## Your instructions
Once the line containing "f 298 330 331" is found in the records below, return it and each following line exactly, up to and including the line containing "v -2.5444 0.0486 0.4", and nothing else.

(Dataset entries)
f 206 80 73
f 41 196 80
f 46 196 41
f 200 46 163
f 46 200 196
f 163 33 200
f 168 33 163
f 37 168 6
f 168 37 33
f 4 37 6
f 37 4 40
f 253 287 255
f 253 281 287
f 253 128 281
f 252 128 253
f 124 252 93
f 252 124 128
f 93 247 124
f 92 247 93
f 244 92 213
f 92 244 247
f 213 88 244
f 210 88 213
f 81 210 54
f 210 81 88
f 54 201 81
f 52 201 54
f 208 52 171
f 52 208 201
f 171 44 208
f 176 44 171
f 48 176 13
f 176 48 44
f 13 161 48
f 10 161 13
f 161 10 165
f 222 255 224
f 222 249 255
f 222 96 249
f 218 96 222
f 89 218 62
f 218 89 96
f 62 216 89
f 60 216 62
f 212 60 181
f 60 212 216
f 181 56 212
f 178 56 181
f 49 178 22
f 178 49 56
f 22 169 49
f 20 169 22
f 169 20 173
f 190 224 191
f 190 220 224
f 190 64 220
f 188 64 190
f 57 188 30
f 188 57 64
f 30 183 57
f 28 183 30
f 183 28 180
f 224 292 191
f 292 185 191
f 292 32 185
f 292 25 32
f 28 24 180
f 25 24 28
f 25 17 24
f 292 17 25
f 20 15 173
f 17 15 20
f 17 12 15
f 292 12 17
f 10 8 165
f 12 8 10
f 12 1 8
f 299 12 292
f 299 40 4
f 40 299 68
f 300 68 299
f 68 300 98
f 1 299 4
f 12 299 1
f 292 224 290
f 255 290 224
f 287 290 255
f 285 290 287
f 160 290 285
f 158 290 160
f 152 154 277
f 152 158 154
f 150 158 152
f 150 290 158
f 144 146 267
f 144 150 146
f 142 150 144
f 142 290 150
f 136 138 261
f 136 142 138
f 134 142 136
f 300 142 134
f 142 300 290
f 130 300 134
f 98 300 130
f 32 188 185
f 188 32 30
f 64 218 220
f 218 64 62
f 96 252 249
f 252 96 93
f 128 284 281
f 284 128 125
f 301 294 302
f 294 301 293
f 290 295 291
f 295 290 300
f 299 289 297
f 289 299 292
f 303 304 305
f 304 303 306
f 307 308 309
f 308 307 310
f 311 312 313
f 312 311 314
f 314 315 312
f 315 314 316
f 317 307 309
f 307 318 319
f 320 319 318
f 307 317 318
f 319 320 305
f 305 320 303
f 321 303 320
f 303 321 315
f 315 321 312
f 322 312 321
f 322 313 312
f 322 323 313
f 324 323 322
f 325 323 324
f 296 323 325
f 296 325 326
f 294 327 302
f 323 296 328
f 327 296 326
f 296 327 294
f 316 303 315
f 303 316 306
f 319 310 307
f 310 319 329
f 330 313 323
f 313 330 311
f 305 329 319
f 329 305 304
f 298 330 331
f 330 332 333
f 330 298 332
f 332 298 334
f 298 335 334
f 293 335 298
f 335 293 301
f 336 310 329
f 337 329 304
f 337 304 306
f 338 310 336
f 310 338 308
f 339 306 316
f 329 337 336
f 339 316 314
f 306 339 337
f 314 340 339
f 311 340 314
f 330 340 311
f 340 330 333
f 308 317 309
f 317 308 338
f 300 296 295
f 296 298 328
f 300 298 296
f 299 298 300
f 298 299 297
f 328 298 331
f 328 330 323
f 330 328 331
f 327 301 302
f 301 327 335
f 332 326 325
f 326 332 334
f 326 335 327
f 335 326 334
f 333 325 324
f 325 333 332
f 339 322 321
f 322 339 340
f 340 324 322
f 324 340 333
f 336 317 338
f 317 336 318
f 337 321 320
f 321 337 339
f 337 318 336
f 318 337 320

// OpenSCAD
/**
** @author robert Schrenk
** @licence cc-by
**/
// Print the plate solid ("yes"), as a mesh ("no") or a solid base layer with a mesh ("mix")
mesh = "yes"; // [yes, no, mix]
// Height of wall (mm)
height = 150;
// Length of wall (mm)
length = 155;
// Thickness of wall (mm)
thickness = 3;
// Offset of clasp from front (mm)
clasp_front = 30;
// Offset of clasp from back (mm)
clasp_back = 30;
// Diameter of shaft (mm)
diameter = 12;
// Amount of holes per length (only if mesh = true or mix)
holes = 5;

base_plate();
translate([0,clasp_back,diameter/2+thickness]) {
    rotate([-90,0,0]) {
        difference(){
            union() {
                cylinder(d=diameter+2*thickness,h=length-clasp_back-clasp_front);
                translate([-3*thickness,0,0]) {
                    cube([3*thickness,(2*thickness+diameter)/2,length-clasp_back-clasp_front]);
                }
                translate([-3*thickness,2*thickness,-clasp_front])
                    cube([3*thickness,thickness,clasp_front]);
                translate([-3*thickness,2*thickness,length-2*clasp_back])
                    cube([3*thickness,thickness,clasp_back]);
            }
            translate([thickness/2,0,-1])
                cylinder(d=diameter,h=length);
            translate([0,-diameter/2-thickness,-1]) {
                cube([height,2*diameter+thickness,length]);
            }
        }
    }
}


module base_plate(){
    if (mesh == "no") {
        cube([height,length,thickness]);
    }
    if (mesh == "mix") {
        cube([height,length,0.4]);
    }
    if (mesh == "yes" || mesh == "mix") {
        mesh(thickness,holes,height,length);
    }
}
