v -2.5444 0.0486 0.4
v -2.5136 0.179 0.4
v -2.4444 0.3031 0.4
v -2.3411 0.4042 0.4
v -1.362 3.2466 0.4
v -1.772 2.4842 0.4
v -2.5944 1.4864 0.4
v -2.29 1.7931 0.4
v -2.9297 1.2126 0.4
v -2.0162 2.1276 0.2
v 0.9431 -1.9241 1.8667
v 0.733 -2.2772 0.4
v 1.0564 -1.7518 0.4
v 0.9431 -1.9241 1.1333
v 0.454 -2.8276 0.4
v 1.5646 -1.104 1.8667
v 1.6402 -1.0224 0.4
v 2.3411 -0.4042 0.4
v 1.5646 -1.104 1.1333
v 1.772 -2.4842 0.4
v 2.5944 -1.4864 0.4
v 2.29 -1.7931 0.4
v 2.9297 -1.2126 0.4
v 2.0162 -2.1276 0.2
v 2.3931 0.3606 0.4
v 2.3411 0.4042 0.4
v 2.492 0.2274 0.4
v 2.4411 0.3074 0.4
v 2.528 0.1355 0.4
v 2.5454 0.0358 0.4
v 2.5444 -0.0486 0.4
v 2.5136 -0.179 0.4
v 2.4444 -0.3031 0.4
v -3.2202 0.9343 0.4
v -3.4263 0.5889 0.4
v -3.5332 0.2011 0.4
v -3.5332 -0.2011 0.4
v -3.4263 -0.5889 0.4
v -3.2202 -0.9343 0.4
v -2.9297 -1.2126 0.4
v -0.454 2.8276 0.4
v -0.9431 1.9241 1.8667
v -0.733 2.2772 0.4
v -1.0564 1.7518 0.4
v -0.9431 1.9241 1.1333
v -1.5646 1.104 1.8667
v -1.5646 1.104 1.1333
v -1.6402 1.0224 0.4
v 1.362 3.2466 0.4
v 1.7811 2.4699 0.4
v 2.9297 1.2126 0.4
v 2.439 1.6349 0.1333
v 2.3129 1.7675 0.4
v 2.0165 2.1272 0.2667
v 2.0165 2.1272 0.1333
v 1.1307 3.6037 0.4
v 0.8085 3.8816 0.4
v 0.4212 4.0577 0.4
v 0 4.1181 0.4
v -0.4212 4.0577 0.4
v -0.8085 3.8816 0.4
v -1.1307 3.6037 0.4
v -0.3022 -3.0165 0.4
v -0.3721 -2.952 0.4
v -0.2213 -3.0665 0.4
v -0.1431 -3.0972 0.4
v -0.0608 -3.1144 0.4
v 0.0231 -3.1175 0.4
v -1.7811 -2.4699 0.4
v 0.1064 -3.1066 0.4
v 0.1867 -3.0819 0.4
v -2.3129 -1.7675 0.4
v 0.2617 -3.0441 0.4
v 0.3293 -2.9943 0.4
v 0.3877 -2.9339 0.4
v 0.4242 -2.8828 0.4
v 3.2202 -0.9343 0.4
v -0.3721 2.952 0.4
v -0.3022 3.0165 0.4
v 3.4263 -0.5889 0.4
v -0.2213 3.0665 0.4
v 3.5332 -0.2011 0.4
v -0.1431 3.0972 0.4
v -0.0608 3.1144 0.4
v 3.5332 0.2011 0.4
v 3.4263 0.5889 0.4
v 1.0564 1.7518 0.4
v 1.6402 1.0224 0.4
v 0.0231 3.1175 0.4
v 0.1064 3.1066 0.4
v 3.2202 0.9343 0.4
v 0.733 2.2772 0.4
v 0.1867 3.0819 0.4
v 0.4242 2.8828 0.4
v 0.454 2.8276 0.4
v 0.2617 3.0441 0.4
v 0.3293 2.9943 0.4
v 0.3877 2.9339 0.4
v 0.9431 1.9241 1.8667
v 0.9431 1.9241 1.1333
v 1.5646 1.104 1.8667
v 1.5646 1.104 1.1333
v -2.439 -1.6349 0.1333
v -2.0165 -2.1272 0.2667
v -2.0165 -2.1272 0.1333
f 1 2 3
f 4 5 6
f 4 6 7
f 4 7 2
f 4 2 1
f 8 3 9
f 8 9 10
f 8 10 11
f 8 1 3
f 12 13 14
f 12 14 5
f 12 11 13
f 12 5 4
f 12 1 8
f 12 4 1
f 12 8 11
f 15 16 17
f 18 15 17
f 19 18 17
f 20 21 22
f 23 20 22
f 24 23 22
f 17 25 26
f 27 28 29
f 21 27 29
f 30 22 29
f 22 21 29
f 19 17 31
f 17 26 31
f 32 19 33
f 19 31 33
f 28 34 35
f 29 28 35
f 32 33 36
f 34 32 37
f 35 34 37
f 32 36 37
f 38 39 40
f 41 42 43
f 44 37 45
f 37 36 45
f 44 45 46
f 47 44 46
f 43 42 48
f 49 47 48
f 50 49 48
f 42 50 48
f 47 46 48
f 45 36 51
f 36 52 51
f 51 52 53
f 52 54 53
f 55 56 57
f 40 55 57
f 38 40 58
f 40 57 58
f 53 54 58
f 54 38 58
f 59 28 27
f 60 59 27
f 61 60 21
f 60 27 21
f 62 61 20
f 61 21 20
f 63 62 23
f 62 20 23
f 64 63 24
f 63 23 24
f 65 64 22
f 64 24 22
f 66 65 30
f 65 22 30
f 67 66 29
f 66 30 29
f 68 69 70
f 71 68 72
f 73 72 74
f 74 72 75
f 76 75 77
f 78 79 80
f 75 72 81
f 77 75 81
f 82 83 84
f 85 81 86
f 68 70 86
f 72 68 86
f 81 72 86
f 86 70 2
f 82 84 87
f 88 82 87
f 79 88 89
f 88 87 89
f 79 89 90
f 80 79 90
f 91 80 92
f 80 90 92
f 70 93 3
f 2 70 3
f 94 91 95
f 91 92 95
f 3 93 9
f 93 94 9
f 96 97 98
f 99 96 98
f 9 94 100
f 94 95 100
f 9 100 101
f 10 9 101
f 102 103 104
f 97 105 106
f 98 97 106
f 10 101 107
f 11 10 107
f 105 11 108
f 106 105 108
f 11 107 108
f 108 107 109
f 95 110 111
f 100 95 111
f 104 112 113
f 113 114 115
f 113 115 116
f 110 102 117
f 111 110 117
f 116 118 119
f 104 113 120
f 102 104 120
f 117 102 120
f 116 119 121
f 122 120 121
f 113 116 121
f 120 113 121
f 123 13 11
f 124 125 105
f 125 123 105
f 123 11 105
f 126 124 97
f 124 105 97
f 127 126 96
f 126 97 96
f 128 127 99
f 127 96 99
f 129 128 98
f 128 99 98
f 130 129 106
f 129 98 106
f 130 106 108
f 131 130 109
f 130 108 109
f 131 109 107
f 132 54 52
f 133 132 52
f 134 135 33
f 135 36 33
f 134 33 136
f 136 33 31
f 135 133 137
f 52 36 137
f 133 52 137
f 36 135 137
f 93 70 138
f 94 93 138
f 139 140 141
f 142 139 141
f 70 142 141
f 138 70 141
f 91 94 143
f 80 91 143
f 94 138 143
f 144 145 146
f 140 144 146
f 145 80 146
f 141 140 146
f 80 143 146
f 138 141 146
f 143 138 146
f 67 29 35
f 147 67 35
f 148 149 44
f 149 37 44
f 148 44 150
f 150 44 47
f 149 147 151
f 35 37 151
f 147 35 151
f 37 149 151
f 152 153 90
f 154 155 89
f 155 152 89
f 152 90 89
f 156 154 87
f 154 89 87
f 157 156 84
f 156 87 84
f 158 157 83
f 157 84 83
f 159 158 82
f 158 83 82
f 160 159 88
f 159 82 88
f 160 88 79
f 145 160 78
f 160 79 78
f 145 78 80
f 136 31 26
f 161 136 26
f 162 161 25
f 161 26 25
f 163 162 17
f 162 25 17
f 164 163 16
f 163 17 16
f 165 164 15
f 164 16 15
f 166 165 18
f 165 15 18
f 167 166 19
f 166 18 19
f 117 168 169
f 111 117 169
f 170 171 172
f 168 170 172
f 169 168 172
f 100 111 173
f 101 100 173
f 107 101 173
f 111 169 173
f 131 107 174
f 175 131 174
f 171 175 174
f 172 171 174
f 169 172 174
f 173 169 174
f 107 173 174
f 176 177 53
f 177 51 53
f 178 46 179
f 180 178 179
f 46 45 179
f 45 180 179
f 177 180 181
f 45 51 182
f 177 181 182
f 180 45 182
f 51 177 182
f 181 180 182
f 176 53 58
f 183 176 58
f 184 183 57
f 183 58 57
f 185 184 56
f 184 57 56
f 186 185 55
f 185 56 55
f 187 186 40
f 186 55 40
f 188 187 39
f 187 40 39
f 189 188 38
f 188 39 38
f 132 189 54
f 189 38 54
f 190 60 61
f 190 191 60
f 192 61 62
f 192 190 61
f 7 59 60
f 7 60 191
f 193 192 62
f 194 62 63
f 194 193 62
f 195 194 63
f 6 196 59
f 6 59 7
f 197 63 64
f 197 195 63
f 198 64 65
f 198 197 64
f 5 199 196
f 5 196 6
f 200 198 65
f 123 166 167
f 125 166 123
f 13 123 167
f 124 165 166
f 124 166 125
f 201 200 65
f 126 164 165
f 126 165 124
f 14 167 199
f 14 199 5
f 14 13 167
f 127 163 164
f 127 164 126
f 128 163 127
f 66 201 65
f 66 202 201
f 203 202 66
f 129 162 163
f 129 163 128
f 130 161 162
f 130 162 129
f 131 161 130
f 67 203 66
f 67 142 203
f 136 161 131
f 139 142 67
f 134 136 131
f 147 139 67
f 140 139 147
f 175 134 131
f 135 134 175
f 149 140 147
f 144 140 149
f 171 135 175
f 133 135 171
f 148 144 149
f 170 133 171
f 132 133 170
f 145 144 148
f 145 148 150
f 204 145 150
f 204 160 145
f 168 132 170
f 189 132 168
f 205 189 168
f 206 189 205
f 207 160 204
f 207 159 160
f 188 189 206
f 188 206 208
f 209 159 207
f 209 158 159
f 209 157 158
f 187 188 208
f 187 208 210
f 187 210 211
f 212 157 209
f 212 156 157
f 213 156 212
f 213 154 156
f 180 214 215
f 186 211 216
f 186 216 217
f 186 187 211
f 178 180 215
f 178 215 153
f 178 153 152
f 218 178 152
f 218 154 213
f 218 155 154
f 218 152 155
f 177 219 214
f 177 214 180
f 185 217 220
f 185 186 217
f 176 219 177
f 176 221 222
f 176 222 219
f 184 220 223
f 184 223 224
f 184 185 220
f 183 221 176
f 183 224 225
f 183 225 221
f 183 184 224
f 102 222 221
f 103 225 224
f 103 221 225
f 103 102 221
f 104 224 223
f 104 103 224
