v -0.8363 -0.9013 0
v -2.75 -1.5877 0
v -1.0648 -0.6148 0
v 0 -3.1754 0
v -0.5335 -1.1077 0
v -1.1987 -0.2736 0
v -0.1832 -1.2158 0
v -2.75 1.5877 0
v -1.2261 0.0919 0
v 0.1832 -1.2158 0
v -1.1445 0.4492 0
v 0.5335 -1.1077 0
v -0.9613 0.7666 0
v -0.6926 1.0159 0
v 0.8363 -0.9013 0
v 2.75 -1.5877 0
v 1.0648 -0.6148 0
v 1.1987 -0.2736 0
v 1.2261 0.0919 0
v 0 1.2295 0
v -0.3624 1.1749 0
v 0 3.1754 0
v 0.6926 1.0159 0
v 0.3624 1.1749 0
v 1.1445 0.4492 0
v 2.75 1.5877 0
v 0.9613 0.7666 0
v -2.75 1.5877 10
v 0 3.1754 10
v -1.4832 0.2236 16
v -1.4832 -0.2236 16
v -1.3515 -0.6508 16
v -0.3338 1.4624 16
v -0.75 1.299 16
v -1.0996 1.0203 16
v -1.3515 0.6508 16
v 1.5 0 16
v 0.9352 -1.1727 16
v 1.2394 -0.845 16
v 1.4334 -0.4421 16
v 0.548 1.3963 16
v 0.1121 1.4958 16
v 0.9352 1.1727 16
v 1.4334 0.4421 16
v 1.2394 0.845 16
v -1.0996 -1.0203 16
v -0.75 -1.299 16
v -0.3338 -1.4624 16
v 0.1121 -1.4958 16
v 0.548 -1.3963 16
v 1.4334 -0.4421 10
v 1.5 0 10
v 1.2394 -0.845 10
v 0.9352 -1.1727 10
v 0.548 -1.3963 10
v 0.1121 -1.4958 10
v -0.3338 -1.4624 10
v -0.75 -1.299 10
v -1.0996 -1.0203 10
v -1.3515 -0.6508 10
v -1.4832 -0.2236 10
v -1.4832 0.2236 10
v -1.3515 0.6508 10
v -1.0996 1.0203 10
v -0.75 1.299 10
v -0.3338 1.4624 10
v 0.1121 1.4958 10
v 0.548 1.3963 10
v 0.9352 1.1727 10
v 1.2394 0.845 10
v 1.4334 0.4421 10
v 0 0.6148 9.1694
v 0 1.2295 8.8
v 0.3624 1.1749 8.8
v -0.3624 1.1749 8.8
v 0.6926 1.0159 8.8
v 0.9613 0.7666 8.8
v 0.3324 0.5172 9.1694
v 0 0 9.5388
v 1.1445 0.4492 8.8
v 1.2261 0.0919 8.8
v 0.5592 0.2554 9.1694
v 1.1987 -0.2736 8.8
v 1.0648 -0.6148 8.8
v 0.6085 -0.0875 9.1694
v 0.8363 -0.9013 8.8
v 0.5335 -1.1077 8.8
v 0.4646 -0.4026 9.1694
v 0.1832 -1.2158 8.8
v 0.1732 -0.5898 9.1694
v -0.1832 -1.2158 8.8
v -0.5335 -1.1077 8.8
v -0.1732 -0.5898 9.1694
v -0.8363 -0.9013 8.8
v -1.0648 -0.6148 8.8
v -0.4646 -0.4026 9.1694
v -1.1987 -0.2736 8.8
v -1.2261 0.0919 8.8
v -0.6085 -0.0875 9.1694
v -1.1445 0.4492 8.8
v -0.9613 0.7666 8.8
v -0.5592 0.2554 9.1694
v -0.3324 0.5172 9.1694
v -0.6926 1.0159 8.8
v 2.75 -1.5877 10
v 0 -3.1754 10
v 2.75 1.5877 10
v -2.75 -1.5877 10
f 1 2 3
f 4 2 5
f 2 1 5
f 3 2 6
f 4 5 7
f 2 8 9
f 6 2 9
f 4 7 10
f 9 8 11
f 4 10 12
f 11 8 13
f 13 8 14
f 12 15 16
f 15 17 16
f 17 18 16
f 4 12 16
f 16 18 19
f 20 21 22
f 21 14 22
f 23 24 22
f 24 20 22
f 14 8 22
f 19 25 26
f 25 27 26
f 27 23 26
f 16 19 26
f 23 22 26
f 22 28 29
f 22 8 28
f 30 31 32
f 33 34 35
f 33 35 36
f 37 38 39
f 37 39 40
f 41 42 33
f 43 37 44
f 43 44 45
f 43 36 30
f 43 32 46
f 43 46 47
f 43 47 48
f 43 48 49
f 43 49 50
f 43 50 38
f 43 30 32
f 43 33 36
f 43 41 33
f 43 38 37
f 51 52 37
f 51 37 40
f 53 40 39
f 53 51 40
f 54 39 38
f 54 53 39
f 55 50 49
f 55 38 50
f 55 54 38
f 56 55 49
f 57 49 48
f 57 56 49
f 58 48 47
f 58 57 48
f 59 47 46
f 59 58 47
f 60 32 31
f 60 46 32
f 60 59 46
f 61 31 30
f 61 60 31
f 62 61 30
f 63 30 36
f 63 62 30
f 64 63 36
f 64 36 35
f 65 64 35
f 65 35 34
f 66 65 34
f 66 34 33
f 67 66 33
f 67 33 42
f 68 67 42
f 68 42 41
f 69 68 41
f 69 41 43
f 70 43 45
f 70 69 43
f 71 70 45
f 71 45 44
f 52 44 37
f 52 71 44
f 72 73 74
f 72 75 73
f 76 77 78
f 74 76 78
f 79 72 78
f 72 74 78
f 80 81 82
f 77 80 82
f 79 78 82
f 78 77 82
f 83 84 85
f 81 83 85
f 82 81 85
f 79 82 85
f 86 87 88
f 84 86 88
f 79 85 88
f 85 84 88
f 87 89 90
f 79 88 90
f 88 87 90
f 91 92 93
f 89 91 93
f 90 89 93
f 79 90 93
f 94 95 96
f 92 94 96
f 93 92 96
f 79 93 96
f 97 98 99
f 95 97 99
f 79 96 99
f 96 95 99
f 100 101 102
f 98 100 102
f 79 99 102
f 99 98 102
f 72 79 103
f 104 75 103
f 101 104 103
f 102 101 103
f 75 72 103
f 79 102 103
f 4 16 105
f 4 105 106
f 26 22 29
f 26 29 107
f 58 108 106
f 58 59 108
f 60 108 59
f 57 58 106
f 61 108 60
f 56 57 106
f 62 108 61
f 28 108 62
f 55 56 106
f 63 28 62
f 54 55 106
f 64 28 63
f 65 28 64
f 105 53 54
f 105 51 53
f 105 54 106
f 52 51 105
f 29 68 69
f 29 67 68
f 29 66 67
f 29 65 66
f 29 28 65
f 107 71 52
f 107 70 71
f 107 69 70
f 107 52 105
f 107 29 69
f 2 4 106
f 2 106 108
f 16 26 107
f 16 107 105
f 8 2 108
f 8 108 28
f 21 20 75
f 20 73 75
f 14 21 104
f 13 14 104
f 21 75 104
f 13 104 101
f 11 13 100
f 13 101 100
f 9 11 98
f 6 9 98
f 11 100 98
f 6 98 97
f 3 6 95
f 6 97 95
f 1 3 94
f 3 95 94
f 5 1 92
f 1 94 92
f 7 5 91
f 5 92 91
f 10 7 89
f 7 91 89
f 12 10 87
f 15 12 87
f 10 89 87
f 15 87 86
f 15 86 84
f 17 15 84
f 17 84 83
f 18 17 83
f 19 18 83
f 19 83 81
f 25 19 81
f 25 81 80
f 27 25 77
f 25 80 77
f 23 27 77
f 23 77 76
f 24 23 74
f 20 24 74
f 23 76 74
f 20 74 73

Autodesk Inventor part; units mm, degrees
ref_plane "YZ Plane" through (0, 0, 0) normal (1, 0, 0) x (0, 1, 0)
ref_plane "XZ Plane" through (0, 0, 0) normal (0, 1, 0) x (-1, 0, 0)
ref_plane "XY Plane" through (0, 0, 0) normal (0, 0, 1) x (1, 0, 0)
sketch "スケッチ1" plane through (0, 0, 0) normal (0, 0, 1) x (1, 0, 0)
  line L0 (0, 3.1754) -> (2.75, 1.5877)
  line L1 (2.75, 1.5877) -> (2.75, -1.5877)
  line L2 (2.75, -1.5877) -> (0, -3.1754)
  line L3 (0, -3.1754) -> (-2.75, -1.5877)
  line L4 (-2.75, -1.5877) -> (-2.75, 1.5877)
  line L5 (-2.75, 1.5877) -> (0, 3.1754)
  point P0 (0, 0)
  point P1 (0, 0)
  dimension "d0" = 5.5
extrude "押し出し1" add sketch "スケッチ1" along normal blind 10
sketch "スケッチ2" plane through (0, 0, 10) normal (0, 0, 1) x (1, 0, 0)
  circle A0 centre (0, 0) radius 1.5
  dimension "d3" = 3
extrude "押し出し2" add sketch "スケッチ2" along normal blind 6
thread "ねじ1" size "M3x0.5" class "6g" standard "ANSI Metric M Profile" full length
sketch "スケッチ3" plane through (0, 0, 0) normal (0, 0, -1) x (-1, 0, 0)
  point P0 (0, 0)
hole "穴1" at (0, 0, 0) direction (0, 0, 1) diameter 2.459 depth 8.8 tip angle 118 thread size "M3x0.5" class "6H" standard "ISO Metric profile"
properties part number "ステンレススペーサー（六角）_BSU-310" material "ステンレス鋼"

## Answer section
f 298 330 331
f 330 332 333
f 330 298 332
f 332 298 334
f 298 335 334
f 293 335 298
f 335 293 301
f 336 310 329
f 337 329 304
f 337 304 306
f 338 310 336
f 310 338 308
f 339 306 316
f 329 337 336
f 339 316 314
f 306 339 337
f 314 340 339
f 311 340 314
f 330 340 311
f 340 330 333
f 308 317 309
f 317 308 338
f 300 296 295
f 296 298 328
f 300 298 296
f 299 298 300
f 298 299 297
f 328 298 331
f 328 330 323
f 330 328 331
f 327 301 302
f 301 327 335
f 332 326 325
f 326 332 334
f 326 335 327
f 335 326 334
f 333 325 324
f 325 333 332
f 339 322 321
f 322 339 340
f 340 324 322
f 324 340 333
f 336 317 338
f 317 336 318
f 337 321 320
f 321 337 339
f 337 318 336
f 318 337 320

// OpenSCAD
/**
** @author robert Schrenk
** @licence cc-by
**/
// Print the plate solid ("yes"), as a mesh ("no") or a solid base layer with a mesh ("mix")
mesh = "yes"; // [yes, no, mix]
// Height of wall (mm)
height = 150;
// Length of wall (mm)
length = 155;
// Thickness of wall (mm)
thickness = 3;
// Offset of clasp from front (mm)
clasp_front = 30;
// Offset of clasp from back (mm)
clasp_back = 30;
// Diameter of shaft (mm)
diameter = 12;
// Amount of holes per length (only if mesh = true or mix)
holes = 5;

base_plate();
translate([0,clasp_back,diameter/2+thickness]) {
    rotate([-90,0,0]) {
        difference(){
            union() {
                cylinder(d=diameter+2*thickness,h=length-clasp_back-clasp_front);
                translate([-3*thickness,0,0]) {
                    cube([3*thickness,(2*thickness+diameter)/2,length-clasp_back-clasp_front]);
                }
                translate([-3*thickness,2*thickness,-clasp_front])
                    cube([3*thickness,thickness,clasp_front]);
                translate([-3*thickness,2*thickness,length-2*clasp_back])
                    cube([3*thickness,thickness,clasp_back]);
            }
            translate([thickness/2,0,-1])
                cylinder(d=diameter,h=length);
            translate([0,-diameter/2-thickness,-1]) {
                cube([height,2*diameter+thickness,length]);
            }
        }
    }
}


module base_plate(){
    if (mesh == "no") {
        cube([height,length,thickness]);
    }
    if (mesh == "mix") {
        cube([height,length,0.4]);
    }
    if (mesh == "yes" || mesh == "mix") {
        mesh(thickness,holes,height,length);
    }
}
v -2.5444 0.0486 0.4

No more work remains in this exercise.